**Task prompt**
From the records below, transcribe exactly the lines that begin at the line with "f 326 327 286" and end at the line with "f 1 328 321", both included.

**Data extract**
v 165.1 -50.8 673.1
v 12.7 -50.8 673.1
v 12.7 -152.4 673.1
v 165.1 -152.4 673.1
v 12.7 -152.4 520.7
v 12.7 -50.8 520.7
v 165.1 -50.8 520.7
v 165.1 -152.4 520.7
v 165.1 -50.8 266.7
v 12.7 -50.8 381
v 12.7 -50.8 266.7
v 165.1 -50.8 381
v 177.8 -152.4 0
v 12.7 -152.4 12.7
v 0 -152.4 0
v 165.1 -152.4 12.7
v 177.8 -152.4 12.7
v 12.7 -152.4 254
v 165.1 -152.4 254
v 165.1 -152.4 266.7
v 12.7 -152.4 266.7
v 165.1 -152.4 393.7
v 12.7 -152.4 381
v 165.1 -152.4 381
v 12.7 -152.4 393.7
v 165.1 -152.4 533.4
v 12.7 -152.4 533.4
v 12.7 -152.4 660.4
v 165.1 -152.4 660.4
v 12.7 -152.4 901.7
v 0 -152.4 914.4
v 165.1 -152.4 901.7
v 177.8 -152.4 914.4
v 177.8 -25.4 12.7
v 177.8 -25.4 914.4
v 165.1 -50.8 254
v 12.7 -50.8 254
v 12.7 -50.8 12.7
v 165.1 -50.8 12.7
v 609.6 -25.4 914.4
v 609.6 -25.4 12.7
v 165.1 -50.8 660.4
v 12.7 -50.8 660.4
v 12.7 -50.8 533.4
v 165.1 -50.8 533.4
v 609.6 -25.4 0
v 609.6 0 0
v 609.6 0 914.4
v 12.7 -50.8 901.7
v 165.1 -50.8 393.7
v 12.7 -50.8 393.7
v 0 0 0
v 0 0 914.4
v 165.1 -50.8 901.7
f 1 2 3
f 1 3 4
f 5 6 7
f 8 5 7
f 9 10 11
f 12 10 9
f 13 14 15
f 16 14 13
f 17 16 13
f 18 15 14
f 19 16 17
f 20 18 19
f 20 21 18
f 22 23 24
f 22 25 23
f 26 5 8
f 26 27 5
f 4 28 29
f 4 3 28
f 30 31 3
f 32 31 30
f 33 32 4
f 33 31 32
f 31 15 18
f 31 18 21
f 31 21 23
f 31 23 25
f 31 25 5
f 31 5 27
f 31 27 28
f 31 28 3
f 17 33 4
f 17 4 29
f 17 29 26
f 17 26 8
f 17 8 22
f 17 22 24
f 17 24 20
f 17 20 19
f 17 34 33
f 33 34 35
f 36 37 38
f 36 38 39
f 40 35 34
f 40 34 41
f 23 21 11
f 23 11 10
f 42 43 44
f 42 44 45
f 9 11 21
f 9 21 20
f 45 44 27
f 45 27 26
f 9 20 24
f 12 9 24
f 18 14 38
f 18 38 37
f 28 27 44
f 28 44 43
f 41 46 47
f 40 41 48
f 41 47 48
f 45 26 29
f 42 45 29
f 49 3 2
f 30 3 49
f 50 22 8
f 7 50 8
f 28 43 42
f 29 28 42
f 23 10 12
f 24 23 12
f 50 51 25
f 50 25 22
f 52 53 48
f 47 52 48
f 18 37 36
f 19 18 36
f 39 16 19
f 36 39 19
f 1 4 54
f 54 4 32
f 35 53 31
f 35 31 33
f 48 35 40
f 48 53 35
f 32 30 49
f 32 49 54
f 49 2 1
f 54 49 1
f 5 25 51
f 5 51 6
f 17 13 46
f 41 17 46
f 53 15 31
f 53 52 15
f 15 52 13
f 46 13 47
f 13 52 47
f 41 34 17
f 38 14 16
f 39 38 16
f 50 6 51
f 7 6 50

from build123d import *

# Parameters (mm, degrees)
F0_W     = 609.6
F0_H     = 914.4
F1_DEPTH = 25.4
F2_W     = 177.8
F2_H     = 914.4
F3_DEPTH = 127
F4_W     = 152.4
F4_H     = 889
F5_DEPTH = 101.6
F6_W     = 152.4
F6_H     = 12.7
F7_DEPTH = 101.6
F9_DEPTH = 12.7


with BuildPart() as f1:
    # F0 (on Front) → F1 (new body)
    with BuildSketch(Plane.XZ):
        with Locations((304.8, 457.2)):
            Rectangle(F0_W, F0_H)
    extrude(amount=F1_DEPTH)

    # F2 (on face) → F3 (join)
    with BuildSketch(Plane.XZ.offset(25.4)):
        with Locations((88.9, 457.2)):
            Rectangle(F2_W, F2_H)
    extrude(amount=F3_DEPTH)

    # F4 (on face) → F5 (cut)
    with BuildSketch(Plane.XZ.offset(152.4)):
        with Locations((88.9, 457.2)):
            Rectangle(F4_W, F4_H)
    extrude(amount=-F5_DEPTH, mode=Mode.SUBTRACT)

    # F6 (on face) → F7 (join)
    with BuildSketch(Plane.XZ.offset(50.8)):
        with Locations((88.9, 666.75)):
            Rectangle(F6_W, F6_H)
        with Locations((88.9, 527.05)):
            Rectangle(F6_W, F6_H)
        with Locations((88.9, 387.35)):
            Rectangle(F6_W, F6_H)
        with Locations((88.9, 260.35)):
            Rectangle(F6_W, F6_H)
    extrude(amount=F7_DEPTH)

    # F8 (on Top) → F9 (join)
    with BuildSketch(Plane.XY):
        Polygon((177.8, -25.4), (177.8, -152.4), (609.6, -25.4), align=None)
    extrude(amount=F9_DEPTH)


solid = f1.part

---

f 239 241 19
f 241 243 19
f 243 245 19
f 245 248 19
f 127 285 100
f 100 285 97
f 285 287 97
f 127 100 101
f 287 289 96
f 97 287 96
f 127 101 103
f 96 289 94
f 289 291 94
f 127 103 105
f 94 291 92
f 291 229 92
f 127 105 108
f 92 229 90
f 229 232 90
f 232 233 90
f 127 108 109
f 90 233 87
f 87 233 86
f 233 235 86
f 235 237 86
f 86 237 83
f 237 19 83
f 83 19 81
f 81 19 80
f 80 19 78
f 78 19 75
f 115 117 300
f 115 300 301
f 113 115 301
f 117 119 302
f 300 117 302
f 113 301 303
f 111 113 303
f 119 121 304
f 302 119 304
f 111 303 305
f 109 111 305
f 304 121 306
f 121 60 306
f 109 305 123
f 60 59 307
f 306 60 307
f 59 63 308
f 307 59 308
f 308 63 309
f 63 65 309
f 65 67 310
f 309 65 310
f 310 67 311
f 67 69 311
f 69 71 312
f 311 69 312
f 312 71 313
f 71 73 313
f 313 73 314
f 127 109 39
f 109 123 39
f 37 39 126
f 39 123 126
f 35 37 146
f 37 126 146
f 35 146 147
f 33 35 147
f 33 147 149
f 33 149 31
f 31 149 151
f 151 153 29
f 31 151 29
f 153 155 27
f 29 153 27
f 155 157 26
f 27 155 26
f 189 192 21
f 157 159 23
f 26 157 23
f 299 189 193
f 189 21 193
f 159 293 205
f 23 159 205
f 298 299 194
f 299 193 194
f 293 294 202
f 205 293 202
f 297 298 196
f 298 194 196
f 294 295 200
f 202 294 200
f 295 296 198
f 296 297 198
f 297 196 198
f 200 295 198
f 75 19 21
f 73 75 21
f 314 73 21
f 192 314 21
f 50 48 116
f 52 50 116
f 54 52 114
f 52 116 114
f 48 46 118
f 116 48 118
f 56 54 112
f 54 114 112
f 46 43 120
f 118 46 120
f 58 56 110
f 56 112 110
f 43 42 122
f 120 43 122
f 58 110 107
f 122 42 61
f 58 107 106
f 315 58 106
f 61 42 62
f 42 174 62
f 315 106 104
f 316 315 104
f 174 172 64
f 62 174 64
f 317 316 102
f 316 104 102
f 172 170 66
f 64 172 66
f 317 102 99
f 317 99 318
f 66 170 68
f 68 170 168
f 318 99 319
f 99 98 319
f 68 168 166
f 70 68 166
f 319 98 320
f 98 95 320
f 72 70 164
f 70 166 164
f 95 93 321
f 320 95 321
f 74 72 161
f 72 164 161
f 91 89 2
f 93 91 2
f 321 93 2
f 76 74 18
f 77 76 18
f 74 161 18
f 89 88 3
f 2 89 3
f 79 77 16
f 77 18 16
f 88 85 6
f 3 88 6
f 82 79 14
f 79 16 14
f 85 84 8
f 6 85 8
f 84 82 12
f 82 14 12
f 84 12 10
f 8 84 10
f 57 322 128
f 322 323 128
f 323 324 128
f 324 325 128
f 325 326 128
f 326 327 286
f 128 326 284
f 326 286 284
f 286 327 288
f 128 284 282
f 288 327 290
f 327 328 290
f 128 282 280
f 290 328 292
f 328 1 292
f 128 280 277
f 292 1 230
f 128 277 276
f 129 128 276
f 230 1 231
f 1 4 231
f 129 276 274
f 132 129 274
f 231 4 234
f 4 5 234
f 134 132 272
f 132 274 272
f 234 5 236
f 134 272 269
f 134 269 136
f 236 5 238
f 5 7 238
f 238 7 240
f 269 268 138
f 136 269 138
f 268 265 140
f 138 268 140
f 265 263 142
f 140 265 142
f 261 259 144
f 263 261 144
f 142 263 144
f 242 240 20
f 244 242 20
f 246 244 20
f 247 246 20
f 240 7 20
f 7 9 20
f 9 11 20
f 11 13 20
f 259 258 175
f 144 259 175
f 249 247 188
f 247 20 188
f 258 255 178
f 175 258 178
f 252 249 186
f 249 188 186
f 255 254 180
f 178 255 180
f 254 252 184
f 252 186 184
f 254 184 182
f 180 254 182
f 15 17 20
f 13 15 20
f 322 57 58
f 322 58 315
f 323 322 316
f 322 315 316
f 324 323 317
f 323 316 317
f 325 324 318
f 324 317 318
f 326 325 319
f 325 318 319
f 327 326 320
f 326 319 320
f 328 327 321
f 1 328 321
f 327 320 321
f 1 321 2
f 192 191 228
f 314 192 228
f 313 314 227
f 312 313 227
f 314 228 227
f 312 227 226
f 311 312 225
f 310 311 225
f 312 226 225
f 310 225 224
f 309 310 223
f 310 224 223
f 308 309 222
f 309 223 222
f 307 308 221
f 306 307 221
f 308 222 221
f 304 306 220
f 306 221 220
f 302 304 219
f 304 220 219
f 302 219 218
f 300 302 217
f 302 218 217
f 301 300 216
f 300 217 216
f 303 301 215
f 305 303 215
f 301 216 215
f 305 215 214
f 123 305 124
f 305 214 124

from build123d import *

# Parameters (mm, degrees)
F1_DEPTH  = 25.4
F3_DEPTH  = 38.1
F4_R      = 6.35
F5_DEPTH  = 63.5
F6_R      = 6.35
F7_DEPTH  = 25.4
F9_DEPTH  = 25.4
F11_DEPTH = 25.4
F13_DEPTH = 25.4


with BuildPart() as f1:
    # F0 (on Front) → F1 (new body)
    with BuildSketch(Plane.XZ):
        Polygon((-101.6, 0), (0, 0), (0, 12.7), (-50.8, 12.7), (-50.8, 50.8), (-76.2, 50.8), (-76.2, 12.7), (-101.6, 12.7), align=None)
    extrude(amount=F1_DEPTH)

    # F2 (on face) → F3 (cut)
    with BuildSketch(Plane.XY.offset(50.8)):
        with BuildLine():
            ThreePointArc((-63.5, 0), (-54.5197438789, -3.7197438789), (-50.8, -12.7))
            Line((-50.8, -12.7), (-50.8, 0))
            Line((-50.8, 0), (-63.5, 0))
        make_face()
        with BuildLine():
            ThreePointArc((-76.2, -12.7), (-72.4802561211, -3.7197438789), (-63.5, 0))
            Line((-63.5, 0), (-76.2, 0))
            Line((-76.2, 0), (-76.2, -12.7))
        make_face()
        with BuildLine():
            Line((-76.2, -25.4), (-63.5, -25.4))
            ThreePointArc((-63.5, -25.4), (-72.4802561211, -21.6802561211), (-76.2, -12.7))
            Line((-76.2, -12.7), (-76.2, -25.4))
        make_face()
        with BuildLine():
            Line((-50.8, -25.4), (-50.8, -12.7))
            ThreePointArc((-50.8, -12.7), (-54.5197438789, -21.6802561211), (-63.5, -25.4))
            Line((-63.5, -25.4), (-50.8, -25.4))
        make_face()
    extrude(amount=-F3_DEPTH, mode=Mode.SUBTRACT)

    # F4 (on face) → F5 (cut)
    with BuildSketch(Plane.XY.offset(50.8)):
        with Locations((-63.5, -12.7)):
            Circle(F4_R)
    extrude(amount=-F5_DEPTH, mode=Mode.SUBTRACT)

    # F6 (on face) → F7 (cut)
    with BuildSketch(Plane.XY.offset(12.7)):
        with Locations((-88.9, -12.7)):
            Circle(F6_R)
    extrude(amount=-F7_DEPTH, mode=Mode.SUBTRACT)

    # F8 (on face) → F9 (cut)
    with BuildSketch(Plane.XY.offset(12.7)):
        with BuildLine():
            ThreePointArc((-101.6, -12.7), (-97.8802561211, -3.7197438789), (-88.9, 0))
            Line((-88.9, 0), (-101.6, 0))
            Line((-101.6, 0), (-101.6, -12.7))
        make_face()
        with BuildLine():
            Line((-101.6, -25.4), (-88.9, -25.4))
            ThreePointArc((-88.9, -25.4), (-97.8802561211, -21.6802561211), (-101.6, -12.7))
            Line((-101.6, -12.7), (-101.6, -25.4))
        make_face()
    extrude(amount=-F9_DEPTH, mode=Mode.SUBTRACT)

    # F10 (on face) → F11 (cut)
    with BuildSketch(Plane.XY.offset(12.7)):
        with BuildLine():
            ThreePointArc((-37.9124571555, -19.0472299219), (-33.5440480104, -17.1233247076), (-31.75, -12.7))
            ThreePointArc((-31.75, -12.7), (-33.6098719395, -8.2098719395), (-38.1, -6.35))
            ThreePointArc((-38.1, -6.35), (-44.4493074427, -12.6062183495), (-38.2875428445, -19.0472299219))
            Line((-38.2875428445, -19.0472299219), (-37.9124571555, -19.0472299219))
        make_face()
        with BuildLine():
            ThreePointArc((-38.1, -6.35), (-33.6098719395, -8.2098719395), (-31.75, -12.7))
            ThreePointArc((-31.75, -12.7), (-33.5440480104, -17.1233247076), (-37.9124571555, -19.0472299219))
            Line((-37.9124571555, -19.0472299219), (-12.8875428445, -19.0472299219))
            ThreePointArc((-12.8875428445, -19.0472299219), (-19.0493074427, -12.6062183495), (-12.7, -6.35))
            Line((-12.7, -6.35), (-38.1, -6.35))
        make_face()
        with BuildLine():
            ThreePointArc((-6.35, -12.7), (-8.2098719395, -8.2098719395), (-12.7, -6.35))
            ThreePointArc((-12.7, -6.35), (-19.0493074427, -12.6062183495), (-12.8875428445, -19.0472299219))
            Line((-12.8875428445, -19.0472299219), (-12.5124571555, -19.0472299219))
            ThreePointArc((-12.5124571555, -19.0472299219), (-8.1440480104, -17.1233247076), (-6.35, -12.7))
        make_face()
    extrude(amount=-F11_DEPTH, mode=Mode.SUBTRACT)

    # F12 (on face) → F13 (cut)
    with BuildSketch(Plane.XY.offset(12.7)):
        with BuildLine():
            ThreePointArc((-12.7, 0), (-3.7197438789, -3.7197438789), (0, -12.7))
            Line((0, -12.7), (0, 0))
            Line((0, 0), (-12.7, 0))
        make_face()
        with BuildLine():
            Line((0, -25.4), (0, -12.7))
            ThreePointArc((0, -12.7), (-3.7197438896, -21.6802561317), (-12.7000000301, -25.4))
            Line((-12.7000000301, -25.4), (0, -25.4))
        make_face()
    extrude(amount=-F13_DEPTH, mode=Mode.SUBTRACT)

---

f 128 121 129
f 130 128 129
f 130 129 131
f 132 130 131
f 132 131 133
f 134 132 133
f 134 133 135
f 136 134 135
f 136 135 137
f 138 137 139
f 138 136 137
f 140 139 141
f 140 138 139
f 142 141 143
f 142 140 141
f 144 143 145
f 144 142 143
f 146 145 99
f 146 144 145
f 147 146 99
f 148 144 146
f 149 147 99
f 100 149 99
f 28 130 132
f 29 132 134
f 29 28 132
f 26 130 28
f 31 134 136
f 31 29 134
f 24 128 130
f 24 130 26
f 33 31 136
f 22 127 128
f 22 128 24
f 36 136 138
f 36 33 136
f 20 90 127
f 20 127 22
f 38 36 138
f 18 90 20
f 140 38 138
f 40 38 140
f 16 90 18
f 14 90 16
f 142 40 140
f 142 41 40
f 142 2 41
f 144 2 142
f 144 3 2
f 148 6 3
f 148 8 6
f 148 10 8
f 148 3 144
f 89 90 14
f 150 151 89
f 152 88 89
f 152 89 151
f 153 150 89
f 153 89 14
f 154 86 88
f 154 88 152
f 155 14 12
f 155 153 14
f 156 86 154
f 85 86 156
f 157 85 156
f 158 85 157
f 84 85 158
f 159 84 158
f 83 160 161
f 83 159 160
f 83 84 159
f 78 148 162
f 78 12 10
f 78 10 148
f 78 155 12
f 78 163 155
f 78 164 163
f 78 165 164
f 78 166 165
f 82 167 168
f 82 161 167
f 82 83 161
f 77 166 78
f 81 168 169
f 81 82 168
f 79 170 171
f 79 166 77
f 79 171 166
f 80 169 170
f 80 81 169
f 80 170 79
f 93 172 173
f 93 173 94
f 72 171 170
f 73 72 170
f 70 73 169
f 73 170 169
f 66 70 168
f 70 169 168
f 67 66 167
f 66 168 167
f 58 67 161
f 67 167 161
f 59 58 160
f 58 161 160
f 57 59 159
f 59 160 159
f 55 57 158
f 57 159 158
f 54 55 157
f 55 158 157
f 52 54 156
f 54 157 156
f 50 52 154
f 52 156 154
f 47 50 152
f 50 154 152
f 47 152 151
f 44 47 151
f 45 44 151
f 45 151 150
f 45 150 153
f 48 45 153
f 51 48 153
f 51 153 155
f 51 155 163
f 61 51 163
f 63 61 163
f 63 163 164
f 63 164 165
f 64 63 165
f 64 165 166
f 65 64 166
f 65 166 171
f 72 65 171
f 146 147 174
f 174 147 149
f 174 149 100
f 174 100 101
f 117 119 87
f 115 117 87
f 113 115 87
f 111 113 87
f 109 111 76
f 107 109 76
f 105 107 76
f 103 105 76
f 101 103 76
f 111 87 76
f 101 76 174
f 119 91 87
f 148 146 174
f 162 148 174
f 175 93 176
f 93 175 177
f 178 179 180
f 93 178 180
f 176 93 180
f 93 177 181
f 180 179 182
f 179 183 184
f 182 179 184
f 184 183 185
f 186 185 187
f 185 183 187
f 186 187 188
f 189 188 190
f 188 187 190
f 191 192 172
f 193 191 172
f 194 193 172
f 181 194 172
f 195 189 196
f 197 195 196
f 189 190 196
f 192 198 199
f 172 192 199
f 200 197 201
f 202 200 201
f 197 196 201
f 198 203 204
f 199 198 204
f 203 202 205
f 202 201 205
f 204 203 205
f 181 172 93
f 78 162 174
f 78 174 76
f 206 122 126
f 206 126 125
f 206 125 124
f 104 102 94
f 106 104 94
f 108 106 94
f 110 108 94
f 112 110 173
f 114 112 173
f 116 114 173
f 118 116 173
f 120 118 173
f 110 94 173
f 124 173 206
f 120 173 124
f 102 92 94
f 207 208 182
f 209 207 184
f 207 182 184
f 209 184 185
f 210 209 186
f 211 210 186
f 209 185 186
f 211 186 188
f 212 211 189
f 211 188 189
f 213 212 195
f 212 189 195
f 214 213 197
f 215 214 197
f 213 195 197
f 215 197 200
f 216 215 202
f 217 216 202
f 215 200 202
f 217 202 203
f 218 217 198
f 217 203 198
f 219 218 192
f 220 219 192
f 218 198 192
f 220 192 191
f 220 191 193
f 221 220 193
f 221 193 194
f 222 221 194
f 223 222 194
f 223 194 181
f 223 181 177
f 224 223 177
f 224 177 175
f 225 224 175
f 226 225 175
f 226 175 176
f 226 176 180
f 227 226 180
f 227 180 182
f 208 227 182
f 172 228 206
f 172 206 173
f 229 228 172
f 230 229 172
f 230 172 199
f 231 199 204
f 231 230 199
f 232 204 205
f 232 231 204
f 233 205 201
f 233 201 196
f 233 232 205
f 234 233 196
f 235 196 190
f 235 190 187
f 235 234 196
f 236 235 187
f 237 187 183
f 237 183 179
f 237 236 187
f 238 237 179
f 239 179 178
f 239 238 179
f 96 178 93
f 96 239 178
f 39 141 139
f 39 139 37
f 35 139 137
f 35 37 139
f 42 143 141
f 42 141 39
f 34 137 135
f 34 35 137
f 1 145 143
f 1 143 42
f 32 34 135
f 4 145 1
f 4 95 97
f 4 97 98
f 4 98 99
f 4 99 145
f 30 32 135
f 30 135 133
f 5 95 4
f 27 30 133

**Response to this exercise**
f 326 327 286
f 128 326 284
f 326 286 284
f 286 327 288
f 128 284 282
f 288 327 290
f 327 328 290
f 128 282 280
f 290 328 292
f 328 1 292
f 128 280 277
f 292 1 230
f 128 277 276
f 129 128 276
f 230 1 231
f 1 4 231
f 129 276 274
f 132 129 274
f 231 4 234
f 4 5 234
f 134 132 272
f 132 274 272
f 234 5 236
f 134 272 269
f 134 269 136
f 236 5 238
f 5 7 238
f 238 7 240
f 269 268 138
f 136 269 138
f 268 265 140
f 138 268 140
f 265 263 142
f 140 265 142
f 261 259 144
f 263 261 144
f 142 263 144
f 242 240 20
f 244 242 20
f 246 244 20
f 247 246 20
f 240 7 20
f 7 9 20
f 9 11 20
f 11 13 20
f 259 258 175
f 144 259 175
f 249 247 188
f 247 20 188
f 258 255 178
f 175 258 178
f 252 249 186
f 249 188 186
f 255 254 180
f 178 255 180
f 254 252 184
f 252 186 184
f 254 184 182
f 180 254 182
f 15 17 20
f 13 15 20
f 322 57 58
f 322 58 315
f 323 322 316
f 322 315 316
f 324 323 317
f 323 316 317
f 325 324 318
f 324 317 318
f 326 325 319
f 325 318 319
f 327 326 320
f 326 319 320
f 328 327 321
f 1 328 321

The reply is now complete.